In the last decade, hemodynamic parameters have emerged as potential markers of rupture risk in UIA. Some of these parameters include wall shear stress (WSS) and oscillatory shear index (OSI), which can be measured by computational fluid dynamics (CFD) [19]. Two of the largest studies in this respect were conducted by Xiang et al. [34] and Zhang et al. [35], including 204 and 173 aneurysms, respectively. In these papers, RA and UIA were analyzed, showing that low WSS and high OSI correlated with rupture risk. Taking into consideration that WSS has been associated with pathobiological changes in the aneurysm wall, such as disruption of the internal elastic lamina, smooth muscle cell migration, inflammatory infiltration, and loss of collagen [30], the use of these parameters in rupture risk prediction seems promising. While CFD is still being developed and refined, the incorporation of this technology can provide objective criteria to guide clinical decision-making and complement current scoring systems, such as PHASES and UIATS.

Study strengths and limitations

Our study is retrospective in nature with a relatively small patient population. The retrospective design renders the study subject to several biases, in particular, data quality assurance. Risk factors contained in the social history, such as tobacco or alcohol consumption, might not have been accurately documented. This, in turn, might have skewed the UIATS towards observation instead of treatment. A larger, prospective cohort might have yielded different results, possibly in greater accordance with the UIATS.

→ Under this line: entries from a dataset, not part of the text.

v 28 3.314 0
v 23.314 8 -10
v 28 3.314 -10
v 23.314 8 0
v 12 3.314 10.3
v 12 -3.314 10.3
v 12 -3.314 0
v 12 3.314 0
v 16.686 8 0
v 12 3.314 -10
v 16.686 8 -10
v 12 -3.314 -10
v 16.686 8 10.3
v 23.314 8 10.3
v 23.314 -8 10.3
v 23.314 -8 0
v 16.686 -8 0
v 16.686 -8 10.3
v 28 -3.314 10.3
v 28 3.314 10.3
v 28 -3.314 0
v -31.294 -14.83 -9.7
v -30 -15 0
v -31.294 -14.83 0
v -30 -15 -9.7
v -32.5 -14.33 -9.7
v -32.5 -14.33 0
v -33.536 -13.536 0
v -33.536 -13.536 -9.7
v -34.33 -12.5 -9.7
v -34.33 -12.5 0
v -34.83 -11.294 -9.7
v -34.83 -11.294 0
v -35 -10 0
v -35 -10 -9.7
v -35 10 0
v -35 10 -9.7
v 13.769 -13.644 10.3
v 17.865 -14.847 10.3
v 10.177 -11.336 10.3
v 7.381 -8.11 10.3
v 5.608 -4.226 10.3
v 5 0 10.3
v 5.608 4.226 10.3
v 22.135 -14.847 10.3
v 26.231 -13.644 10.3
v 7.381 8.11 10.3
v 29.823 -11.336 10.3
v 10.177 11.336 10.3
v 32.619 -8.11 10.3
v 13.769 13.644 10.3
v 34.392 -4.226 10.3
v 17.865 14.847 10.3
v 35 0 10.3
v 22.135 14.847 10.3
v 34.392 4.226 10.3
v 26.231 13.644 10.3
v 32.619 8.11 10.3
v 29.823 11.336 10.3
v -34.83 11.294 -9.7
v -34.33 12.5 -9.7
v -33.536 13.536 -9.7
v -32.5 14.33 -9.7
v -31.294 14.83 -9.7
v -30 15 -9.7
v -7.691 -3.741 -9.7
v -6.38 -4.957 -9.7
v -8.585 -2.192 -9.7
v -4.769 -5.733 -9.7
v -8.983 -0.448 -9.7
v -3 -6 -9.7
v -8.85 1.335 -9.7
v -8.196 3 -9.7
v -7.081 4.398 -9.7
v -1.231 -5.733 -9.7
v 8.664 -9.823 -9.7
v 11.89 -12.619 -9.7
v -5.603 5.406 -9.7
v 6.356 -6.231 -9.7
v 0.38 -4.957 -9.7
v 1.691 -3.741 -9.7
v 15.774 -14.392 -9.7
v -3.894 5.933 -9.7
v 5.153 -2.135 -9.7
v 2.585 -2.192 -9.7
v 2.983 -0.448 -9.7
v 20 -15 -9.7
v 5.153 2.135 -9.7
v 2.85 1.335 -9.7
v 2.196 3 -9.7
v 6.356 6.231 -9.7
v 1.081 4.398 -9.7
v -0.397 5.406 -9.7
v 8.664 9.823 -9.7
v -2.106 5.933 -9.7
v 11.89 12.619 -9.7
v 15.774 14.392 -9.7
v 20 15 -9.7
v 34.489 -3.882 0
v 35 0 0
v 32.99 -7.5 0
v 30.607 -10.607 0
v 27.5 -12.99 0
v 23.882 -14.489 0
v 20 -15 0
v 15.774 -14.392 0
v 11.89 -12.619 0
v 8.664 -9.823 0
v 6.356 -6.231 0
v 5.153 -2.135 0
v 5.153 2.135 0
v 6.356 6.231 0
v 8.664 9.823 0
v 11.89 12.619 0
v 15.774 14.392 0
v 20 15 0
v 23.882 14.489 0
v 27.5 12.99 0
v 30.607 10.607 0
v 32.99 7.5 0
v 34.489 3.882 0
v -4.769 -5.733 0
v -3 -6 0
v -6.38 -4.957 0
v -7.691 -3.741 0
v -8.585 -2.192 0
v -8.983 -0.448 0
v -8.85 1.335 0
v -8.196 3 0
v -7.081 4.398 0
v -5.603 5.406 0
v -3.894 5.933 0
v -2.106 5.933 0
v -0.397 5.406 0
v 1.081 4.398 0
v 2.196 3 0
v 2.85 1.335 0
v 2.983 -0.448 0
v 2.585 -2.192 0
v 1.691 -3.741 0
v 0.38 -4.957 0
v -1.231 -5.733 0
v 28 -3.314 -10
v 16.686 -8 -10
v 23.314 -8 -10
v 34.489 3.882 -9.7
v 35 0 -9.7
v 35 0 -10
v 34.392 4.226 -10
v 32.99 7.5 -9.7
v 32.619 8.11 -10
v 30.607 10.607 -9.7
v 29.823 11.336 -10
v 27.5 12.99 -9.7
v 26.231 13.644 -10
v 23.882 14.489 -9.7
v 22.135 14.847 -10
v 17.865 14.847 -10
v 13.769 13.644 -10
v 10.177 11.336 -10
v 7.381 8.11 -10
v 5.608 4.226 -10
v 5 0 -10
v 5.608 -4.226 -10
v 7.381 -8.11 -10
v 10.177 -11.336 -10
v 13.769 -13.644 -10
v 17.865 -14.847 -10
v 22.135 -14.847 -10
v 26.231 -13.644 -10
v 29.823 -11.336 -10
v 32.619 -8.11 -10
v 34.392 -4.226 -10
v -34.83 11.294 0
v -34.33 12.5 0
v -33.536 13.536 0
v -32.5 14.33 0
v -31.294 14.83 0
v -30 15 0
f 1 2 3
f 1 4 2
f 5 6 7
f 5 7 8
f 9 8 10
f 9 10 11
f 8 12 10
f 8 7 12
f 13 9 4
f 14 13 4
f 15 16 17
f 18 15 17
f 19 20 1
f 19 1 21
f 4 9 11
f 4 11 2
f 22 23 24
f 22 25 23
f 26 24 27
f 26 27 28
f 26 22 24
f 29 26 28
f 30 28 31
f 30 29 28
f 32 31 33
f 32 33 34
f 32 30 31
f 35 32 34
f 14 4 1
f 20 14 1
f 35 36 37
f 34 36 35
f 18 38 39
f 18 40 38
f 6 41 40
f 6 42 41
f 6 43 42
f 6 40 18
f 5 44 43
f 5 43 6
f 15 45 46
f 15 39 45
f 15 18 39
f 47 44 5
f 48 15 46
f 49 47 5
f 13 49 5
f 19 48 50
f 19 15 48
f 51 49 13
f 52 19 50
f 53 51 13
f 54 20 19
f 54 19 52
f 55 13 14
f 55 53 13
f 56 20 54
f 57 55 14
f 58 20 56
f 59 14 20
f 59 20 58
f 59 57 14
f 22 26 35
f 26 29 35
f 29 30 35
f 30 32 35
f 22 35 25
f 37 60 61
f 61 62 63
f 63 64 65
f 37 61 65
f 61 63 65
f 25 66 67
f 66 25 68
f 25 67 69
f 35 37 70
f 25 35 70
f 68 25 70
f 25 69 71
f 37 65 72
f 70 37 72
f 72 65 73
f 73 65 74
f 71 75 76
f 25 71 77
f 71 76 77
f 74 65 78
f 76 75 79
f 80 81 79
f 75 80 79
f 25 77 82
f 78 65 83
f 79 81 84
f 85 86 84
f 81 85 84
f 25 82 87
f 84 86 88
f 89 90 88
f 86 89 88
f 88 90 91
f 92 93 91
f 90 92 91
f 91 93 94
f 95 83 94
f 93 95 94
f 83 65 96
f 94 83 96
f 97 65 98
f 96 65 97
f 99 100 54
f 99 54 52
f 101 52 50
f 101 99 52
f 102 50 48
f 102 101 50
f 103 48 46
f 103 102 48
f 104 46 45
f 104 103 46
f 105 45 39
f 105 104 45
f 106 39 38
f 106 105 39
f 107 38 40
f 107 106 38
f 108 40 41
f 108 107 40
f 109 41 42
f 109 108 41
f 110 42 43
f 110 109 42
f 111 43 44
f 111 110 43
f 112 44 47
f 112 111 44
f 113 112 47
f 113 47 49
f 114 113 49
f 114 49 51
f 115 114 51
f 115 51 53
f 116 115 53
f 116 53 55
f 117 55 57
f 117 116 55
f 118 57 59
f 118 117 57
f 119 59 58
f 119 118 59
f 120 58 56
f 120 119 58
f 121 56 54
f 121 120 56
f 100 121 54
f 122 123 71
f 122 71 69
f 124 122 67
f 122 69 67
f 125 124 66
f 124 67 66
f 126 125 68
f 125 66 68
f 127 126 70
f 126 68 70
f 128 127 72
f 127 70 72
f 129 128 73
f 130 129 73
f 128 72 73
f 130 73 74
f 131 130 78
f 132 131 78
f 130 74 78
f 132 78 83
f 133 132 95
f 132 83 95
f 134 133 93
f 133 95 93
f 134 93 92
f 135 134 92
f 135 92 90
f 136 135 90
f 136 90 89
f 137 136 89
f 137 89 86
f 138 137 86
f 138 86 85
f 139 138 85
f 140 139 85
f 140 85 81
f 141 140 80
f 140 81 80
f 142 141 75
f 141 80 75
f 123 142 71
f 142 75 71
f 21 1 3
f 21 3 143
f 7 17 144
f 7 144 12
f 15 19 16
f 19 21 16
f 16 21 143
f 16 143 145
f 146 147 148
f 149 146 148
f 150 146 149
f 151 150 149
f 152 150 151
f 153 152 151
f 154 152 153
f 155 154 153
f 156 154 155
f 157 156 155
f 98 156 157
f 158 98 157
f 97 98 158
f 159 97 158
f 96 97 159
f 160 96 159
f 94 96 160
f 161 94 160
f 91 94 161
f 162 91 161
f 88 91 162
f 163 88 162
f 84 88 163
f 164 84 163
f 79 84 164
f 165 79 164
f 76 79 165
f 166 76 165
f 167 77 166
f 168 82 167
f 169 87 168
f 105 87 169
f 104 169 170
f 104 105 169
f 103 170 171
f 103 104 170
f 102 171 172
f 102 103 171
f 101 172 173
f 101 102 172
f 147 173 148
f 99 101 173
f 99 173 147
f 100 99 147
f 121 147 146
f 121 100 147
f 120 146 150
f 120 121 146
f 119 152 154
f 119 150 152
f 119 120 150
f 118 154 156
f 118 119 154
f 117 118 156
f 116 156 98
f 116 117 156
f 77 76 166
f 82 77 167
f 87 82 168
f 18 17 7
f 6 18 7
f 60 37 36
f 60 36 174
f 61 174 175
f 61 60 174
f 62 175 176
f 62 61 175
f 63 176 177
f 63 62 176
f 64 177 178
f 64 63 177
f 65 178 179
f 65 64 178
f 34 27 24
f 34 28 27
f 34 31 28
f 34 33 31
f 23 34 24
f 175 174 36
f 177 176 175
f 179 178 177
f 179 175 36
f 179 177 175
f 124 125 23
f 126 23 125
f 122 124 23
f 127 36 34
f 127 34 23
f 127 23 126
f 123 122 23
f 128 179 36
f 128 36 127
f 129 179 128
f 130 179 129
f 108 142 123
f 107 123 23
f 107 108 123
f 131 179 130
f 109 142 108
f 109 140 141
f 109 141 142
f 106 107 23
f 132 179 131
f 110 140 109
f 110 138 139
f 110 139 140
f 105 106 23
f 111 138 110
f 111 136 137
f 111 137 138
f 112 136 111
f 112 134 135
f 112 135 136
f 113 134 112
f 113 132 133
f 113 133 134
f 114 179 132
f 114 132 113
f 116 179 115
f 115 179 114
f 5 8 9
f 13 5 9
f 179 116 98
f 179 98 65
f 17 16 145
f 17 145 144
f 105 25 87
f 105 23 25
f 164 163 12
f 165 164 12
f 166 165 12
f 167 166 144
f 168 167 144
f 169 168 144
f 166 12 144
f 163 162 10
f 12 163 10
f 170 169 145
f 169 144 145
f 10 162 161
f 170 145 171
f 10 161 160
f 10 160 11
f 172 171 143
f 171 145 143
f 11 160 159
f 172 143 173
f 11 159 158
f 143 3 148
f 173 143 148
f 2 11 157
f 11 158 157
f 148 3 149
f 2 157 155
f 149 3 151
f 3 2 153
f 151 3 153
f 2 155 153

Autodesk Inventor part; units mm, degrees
ref_plane "YZ Plane" through (0, 0, 0) normal (1, 0, 0) x (0, 1, 0)
ref_plane "XZ Plane" through (0, 0, 0) normal (0, 1, 0) x (-1, 0, 0)
ref_plane "XY Plane" through (0, 0, 0) normal (0, 0, 1) x (1, 0, 0)
sketch "Skizze1" plane through (0, 0, 0) normal (0, 0, 1) x (1, 0, 0)
  line L0 (0, -21) -> (0, 21) projected
  line L1 (-35, -15) -> (20, -15)
  line L2 (20, 15) -> (-35, 15)
  line L3 (-35, 15) -> (-35, -15)
  line L4 (20, 15) -> (9.0192, 15)
  line L5 (9.0192, -15) -> (20, -15)
  circle A0 centre (20, 0) radius 15
  line L6 (23.3137, 8) -> (28, 3.3137)
  line L7 (28, 3.3137) -> (28, -3.3137)
  line L8 (28, -3.3137) -> (23.3137, -8)
  line L9 (23.3137, -8) -> (16.6863, -8)
  line L10 (16.6863, -8) -> (12, -3.3137)
  line L11 (12, -3.3137) -> (12, 3.3137)
  line L12 (12, 3.3137) -> (16.6863, 8)
  line L13 (16.6863, 8) -> (23.3137, 8)
  line L14 (-49, 0) -> (49, 0) projected
  point P0 (0, 0)
  point P1 (20, -15)
  point P2 (20, 15)
  point P3 (-3, 0)
  dimension "d18" = 16
extrude "Extrusion1" add sketch "Skizze1" against normal blind 9.7
extrude "Extrusion2" add sketch "Skizze1" against normal blind 10 contours L14 L11 L10 L9 L8 L7 A0 | A0 L14 L7 L6 L13 L12 L11 | L14 L7 L8 L9 L10 L11 | L11 L12 L13 L6 L7 L14
fillet "Rundung1" radius 5 2 edges at (-35, -15, -4.85) (-35, 15, -4.85)
hole "Bohrung1" at (-3, 0, 0) direction (0, 0, -1) diameter 12 end through all
extrude "Extrusion3" add sketch "Skizze1" along normal blind 10.3 contours L14 L11 L10 L9 L8 L7 A0 | A0 L14 L7 L6 L13 L12 L11 | L14 L7 L8 L9 L10 L11 | L11 L12 L13 L6 L7 L14
extrude "Extrusion4" cut sketch "Skizze1" along normal blind 10.3 contours L14 L7 L8 L9 L10 L11 | L11 L12 L13 L6 L7 L14
extrude "Extrusion5" cut sketch "Skizze1" against normal blind 10 contours L14 L7 L8 L9 L10 L11 | L11 L12 L13 L6 L7 L14
properties material "1.0038 S235JR"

On the other hand, because of the methodology of our study, predictive values and specificity could not be calculated, as the entire cohort was considered as “diseased.” The former would presuppose a disease prevalence of 100%, which does not reflect the real prevalence of aSAH or UIA. Therefore, the estimation of predictive values and accuracy cannot be conducted in a reliable fashion. While this is also a potential limitation of the study, our results serve to illustrate how fallible the UIATS can be.

Conclusion

Treatment decision-making in patients with UIA remains difficult and controverted. To date, no prospective cohort studies exist to unequivocally answer the question of which UIA should be treated in order to prevent devastating aSAH. In such a dubious scientific environment, the UIATS provides a quantification of expert-assessed risk factors for UIA rupture. While useful when considering all the variables that should determine UIA treatment, the UIATS is not an empiric, mathematical model. Consequently, the UIATS should be regarded as a harmonized expert opinion on a complex subject matter, not fact. The authors thus recommend the use of UIATS as an adjunct in UIA treatment decision-making, but not as a stand-alone tool.